# TNT recipe for Bacon/Eggs/Potato and w/sauce



## khristel (May 14, 2005)

this recipe is so old, so easy and so YUM!!!
boil potatoes until almost done, then slice.
boil about 6 eggs, then slice.
fry about 4-5 rashers of bacon, then cut into bite size pcs.

layer, potato, egg and bacon, then pour white sauce over and a handful of breadcrumbs on the top. cook about 200 for 25 mins


----------



## kadesma (May 14, 2005)

khristel said:
			
		

> this recipe is so old, so easy and so YUM!!!
> boil potatoes until almost done, then slice.
> boil about 6 eggs, then slice.
> fry about 4-5 rashers of bacon, then cut into bite size pcs.
> ...


Khristel, this looks great.
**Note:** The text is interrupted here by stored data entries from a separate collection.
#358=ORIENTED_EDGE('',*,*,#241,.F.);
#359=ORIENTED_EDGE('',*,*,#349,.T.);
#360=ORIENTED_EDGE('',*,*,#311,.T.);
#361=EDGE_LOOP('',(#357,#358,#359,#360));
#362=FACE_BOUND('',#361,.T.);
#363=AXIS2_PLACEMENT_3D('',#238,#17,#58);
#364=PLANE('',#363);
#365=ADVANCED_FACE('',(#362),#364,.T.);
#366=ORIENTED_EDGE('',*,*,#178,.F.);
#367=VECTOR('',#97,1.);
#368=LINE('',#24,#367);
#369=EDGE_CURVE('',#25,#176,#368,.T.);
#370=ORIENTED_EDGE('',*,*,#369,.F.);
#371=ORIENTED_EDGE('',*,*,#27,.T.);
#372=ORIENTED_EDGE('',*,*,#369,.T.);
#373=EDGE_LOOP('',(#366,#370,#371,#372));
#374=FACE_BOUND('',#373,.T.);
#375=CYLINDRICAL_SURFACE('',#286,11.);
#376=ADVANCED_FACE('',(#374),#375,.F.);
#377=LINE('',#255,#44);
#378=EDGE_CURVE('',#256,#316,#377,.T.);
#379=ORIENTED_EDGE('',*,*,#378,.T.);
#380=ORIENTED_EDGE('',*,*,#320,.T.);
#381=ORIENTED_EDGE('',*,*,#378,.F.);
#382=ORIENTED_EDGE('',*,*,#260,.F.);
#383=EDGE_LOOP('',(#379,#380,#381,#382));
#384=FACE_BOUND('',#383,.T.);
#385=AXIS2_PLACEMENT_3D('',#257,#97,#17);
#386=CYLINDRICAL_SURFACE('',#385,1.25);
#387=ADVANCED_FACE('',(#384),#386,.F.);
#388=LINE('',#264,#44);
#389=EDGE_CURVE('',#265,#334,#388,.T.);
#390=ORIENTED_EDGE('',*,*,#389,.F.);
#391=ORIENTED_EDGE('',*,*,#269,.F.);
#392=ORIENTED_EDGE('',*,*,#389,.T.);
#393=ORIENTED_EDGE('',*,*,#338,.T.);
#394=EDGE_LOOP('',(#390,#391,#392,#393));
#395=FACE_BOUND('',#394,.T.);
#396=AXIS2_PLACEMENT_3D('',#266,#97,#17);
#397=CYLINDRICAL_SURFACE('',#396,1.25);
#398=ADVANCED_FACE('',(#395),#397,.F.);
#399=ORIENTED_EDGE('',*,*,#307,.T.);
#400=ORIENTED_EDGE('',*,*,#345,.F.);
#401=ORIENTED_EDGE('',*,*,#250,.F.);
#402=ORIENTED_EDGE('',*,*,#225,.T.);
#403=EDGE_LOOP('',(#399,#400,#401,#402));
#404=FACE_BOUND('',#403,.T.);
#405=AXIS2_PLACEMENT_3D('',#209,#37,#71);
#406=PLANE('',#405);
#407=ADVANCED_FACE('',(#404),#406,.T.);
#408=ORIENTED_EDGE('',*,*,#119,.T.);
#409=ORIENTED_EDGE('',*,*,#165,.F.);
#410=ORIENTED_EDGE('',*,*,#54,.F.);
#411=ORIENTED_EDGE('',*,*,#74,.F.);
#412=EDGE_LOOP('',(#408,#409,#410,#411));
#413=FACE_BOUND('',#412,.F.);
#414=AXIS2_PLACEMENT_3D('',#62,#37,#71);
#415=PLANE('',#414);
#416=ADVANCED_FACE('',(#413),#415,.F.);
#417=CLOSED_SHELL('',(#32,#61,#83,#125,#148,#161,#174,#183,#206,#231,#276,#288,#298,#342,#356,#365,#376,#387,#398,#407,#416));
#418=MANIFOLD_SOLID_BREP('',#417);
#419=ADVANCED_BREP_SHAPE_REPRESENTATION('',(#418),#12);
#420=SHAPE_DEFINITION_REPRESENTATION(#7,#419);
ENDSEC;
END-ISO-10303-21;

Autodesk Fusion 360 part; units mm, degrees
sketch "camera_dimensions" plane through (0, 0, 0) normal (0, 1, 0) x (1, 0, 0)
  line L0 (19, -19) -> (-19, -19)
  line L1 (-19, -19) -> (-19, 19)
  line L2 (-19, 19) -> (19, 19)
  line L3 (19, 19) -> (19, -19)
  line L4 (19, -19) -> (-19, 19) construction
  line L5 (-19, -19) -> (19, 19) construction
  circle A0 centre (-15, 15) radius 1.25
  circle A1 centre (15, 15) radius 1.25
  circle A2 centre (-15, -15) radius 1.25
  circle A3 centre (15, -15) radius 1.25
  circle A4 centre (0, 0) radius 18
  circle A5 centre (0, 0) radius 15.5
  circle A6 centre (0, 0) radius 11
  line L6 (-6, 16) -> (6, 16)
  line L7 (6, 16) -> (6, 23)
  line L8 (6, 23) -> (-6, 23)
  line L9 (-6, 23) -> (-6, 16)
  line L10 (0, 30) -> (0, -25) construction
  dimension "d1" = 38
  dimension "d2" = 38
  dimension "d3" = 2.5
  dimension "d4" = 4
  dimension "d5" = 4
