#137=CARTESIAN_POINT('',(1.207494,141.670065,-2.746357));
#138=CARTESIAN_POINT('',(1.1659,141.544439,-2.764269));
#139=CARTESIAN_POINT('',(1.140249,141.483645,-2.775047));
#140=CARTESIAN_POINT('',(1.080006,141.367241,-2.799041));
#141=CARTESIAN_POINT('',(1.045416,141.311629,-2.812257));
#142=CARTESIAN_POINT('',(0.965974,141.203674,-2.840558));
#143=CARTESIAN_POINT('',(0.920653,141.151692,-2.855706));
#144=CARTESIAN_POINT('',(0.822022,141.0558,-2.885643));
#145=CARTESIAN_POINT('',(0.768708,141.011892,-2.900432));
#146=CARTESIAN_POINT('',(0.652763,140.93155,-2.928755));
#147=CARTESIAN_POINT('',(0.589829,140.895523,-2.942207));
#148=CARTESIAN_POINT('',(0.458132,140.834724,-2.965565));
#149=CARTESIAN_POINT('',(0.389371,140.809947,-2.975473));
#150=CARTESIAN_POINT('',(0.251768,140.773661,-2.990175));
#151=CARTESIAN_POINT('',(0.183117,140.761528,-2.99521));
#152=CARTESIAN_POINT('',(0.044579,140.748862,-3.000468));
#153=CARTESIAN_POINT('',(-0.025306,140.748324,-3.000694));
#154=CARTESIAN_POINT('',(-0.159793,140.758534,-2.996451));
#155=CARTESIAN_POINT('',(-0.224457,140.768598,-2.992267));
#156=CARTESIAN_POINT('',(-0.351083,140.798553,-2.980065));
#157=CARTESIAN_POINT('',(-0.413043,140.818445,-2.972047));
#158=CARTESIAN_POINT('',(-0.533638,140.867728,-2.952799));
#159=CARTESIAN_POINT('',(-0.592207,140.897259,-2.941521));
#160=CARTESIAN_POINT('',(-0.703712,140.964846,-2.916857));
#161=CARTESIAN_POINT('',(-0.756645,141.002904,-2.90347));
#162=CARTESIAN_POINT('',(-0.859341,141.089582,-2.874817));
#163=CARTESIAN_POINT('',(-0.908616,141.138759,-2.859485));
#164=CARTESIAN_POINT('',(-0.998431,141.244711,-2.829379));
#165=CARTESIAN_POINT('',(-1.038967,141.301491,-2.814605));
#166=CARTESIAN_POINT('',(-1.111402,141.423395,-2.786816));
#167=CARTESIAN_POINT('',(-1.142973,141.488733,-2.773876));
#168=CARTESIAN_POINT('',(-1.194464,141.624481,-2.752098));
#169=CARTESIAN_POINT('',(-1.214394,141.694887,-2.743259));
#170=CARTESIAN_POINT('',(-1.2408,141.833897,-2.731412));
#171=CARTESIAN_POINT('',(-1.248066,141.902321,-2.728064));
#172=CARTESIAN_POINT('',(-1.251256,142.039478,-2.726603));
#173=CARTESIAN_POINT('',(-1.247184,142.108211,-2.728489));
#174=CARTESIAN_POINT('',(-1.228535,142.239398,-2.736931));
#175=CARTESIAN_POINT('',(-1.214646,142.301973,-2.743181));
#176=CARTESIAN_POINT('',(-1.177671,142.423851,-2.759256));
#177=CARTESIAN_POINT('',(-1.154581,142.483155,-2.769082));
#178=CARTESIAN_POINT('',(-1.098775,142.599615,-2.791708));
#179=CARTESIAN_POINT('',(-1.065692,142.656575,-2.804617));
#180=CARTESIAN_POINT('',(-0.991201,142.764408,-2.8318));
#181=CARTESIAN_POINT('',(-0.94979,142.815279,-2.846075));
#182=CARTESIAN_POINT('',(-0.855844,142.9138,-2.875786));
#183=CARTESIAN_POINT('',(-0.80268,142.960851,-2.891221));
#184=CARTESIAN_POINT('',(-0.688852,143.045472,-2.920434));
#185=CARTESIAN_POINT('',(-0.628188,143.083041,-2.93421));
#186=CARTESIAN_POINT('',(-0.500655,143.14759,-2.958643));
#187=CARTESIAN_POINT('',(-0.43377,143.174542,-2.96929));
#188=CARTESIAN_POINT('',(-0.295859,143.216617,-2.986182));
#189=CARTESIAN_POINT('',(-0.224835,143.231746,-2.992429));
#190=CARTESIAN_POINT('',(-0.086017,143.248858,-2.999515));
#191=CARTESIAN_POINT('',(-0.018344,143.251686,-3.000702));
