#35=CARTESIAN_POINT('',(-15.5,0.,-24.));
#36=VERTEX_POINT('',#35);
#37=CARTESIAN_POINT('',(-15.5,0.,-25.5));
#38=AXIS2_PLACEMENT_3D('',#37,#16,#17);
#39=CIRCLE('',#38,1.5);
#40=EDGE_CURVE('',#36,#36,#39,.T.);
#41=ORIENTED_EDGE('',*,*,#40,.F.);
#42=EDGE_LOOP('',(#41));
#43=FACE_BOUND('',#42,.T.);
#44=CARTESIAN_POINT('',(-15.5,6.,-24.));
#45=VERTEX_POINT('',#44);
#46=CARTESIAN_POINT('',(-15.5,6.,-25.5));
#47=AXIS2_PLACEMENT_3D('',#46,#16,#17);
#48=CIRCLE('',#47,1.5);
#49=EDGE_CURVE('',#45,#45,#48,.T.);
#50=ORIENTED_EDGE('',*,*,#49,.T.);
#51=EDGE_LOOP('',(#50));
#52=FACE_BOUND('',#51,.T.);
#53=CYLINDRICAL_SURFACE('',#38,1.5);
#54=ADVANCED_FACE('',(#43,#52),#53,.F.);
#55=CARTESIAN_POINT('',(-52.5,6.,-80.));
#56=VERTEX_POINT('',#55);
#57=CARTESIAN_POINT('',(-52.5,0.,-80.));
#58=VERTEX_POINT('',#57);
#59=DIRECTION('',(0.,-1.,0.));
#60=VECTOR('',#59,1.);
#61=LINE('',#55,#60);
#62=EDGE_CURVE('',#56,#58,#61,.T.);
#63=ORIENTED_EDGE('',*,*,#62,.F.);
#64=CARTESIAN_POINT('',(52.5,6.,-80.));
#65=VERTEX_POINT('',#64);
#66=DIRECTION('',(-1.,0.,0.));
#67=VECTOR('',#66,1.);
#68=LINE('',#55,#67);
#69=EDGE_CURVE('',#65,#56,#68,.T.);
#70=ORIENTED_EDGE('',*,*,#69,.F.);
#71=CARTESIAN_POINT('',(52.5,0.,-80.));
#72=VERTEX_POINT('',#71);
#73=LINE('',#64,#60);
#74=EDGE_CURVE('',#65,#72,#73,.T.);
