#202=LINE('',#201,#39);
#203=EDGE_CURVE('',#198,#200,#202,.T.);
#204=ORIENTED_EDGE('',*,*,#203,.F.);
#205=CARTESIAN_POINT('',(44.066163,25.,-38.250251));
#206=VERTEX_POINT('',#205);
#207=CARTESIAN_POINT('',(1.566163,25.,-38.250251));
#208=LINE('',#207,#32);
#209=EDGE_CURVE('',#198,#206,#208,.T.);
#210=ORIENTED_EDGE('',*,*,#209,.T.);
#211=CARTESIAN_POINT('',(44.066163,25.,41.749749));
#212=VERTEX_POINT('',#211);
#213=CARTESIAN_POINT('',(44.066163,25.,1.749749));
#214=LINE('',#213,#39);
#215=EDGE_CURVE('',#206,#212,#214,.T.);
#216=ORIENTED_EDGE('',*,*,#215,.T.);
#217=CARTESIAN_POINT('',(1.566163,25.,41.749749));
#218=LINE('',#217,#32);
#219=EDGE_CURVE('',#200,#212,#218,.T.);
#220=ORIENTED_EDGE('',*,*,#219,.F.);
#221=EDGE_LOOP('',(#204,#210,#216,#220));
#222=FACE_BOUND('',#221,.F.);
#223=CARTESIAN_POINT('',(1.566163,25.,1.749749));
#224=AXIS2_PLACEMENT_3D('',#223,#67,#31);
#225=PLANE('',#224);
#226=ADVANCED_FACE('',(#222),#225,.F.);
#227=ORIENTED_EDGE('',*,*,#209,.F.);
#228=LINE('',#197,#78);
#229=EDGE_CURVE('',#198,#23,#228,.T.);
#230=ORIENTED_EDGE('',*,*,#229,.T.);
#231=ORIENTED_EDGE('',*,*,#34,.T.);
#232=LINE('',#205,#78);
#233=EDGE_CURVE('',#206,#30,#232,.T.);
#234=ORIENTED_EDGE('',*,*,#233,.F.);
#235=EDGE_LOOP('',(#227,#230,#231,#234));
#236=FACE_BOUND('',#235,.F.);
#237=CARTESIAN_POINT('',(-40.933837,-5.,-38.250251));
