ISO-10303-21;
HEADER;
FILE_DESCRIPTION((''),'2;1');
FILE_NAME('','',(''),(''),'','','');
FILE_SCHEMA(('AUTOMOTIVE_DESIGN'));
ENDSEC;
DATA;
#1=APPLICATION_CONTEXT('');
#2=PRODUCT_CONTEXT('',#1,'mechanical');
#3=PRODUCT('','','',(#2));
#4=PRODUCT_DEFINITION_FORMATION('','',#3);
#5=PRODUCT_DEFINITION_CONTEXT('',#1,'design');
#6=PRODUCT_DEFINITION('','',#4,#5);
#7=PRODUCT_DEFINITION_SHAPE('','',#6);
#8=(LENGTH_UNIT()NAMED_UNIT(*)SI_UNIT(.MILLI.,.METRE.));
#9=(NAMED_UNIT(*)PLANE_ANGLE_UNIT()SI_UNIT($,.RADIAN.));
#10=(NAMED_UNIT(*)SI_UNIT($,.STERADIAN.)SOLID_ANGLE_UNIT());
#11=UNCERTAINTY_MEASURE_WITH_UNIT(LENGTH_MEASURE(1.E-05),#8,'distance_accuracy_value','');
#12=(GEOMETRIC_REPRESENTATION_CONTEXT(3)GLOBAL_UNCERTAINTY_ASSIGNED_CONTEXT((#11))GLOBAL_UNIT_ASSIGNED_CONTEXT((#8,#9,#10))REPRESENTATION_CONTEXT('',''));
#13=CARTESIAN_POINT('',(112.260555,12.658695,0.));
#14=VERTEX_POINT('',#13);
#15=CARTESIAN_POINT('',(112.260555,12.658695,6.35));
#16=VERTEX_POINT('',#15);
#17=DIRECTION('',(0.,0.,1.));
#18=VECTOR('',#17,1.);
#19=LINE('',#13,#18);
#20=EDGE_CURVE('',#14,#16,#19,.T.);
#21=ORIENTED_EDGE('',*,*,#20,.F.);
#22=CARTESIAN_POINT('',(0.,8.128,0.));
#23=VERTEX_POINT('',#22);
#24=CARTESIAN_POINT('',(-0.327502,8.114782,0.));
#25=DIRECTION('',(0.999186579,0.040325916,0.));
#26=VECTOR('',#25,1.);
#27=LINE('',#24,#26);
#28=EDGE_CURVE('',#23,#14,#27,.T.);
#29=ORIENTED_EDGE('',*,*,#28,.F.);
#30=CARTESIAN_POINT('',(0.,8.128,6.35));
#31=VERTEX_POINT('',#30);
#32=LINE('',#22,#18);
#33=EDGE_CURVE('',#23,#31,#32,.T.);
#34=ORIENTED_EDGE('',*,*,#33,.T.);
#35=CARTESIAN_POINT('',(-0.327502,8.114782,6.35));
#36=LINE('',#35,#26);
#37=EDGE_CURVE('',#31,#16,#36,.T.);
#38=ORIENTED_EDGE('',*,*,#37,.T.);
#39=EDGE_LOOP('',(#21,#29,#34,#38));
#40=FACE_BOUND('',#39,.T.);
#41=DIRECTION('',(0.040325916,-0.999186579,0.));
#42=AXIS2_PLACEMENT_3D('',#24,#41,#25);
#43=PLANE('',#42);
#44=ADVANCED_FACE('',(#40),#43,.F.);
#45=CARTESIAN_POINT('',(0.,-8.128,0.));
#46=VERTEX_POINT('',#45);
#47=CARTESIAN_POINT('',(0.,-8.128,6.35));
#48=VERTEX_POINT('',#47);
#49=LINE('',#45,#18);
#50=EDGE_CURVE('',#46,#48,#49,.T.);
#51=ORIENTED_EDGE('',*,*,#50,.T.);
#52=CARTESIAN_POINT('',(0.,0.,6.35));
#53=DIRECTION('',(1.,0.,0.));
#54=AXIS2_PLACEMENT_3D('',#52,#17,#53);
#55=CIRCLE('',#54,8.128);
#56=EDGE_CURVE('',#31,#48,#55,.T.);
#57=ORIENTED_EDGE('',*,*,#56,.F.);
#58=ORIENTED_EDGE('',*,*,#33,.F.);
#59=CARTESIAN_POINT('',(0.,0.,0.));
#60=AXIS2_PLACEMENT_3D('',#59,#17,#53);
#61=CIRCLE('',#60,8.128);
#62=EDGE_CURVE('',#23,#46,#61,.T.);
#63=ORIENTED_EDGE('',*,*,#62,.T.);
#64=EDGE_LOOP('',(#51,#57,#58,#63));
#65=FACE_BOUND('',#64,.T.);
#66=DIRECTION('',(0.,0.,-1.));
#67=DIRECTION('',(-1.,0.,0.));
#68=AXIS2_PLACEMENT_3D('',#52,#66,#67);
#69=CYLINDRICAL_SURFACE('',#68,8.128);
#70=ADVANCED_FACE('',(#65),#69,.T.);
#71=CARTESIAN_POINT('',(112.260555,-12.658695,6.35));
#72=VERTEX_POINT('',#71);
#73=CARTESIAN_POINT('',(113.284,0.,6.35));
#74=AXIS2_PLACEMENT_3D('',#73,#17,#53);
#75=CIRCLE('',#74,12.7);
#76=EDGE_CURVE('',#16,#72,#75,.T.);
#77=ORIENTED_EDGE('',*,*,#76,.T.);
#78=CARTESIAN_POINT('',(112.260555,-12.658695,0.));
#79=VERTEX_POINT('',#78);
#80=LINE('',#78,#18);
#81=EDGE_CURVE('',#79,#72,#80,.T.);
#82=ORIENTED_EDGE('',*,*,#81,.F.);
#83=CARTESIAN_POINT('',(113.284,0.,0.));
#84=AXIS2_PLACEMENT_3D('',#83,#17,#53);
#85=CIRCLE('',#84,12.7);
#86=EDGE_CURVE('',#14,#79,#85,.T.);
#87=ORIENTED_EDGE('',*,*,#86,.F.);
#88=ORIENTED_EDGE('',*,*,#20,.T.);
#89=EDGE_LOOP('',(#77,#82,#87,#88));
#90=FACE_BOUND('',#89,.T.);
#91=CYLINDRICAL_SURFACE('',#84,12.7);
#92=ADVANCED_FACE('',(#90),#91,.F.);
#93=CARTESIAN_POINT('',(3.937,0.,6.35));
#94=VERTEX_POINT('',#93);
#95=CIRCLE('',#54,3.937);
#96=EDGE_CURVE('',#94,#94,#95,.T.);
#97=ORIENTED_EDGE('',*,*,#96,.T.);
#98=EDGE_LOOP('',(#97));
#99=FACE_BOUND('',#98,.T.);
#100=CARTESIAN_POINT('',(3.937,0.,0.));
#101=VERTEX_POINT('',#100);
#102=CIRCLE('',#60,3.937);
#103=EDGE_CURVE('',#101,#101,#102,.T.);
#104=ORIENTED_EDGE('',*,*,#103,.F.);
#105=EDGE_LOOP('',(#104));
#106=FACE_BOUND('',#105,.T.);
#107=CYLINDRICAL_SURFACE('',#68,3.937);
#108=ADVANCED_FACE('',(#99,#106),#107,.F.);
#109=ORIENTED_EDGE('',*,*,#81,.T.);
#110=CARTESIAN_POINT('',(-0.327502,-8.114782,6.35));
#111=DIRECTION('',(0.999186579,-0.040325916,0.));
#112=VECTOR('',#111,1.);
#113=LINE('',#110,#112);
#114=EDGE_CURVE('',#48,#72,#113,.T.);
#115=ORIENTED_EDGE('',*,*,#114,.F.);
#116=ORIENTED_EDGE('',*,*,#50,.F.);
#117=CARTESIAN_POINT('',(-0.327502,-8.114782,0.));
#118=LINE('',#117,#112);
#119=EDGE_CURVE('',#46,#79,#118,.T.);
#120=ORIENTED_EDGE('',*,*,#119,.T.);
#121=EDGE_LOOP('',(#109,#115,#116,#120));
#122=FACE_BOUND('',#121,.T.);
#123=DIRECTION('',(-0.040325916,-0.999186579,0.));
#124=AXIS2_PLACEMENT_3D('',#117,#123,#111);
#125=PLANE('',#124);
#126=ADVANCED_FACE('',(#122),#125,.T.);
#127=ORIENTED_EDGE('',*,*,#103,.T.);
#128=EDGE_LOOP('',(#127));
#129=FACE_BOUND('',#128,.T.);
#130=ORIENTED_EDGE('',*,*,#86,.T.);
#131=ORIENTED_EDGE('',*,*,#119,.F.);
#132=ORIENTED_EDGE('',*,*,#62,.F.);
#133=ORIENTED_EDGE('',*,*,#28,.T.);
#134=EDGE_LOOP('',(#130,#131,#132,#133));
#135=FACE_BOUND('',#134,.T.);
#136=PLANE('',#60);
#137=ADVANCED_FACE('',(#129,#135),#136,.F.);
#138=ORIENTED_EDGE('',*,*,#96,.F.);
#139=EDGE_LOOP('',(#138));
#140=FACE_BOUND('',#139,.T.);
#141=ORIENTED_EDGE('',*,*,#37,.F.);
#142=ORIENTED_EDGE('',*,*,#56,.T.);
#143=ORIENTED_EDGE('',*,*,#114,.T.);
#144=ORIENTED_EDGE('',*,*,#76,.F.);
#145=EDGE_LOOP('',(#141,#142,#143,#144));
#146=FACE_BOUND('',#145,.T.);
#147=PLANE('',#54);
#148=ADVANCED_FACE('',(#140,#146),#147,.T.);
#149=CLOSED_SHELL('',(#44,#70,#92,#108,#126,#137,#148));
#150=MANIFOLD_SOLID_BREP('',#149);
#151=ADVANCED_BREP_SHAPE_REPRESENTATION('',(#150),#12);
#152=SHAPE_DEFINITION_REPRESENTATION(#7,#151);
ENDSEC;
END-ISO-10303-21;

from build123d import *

# Parameters (mm, degrees)
SKETCH1_R           = 8.128
SKETCH1_R_2         = 3.937
BOSS_EXTRUDE1_DEPTH = 6.35
BOSS_EXTRUDE2_DEPTH = 6.35


with BuildPart() as part:
    # Sketch1 → Boss-Extrude1 (new body)
    with BuildSketch(Plane.XY):
        Circle(SKETCH1_R)
        Circle(SKETCH1_R_2, mode=Mode.SUBTRACT)
    extrude(amount=BOSS_EXTRUDE1_DEPTH)

    # Sketch2 → Boss-Extrude2 (add)
    with BuildSketch(Plane.XY.offset(6.35)):
        with BuildLine():
            Line((112.260554909, 12.658695041), (0, 8.128))
            ThreePointArc((0, 8.128), (5.747363917, 5.747363917), (8.128, 0))
            ThreePointArc((8.128, 0), (5.747363917, -5.747363917), (0, -8.128))
            Line((0, -8.128), (112.260554909, -12.658695041))
            ThreePointArc((112.260554909, -12.658695041), (100.584, 0), (112.260554909, 12.658695041))
        make_face()
    extrude(amount=-BOSS_EXTRUDE2_DEPTH)


solid = part.part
It would make a great brunch item..Since we will be giving a shower soon, this might just work ...Thank you 
kadesma


----------



## Constance (May 14, 2005)

What would you think about using canned potatoes for this?
Or thawed frozen potatoes of some kind?

As I have gotton older and increasingly "stove up", I have learned to taked a lot of short cuts I'd never have thought of before.


----------



## kadesma (May 15, 2005)

Constance said:
			
		

> What would you think about using canned potatoes for this?
> Or thawed frozen potatoes of some kind?
> 
> As I have gotton older and increasingly "stove up", I have learned to taked a lot of short cuts I'd never have thought of before.


Hi Constance, I've nevewr used canned potatoes, but, I don't see why frozen wouldn't work...I'd give it a try if it were me..I know what you mean about shortcuts   I've been known to take a few myself...Have a great sunday
kadesma


----------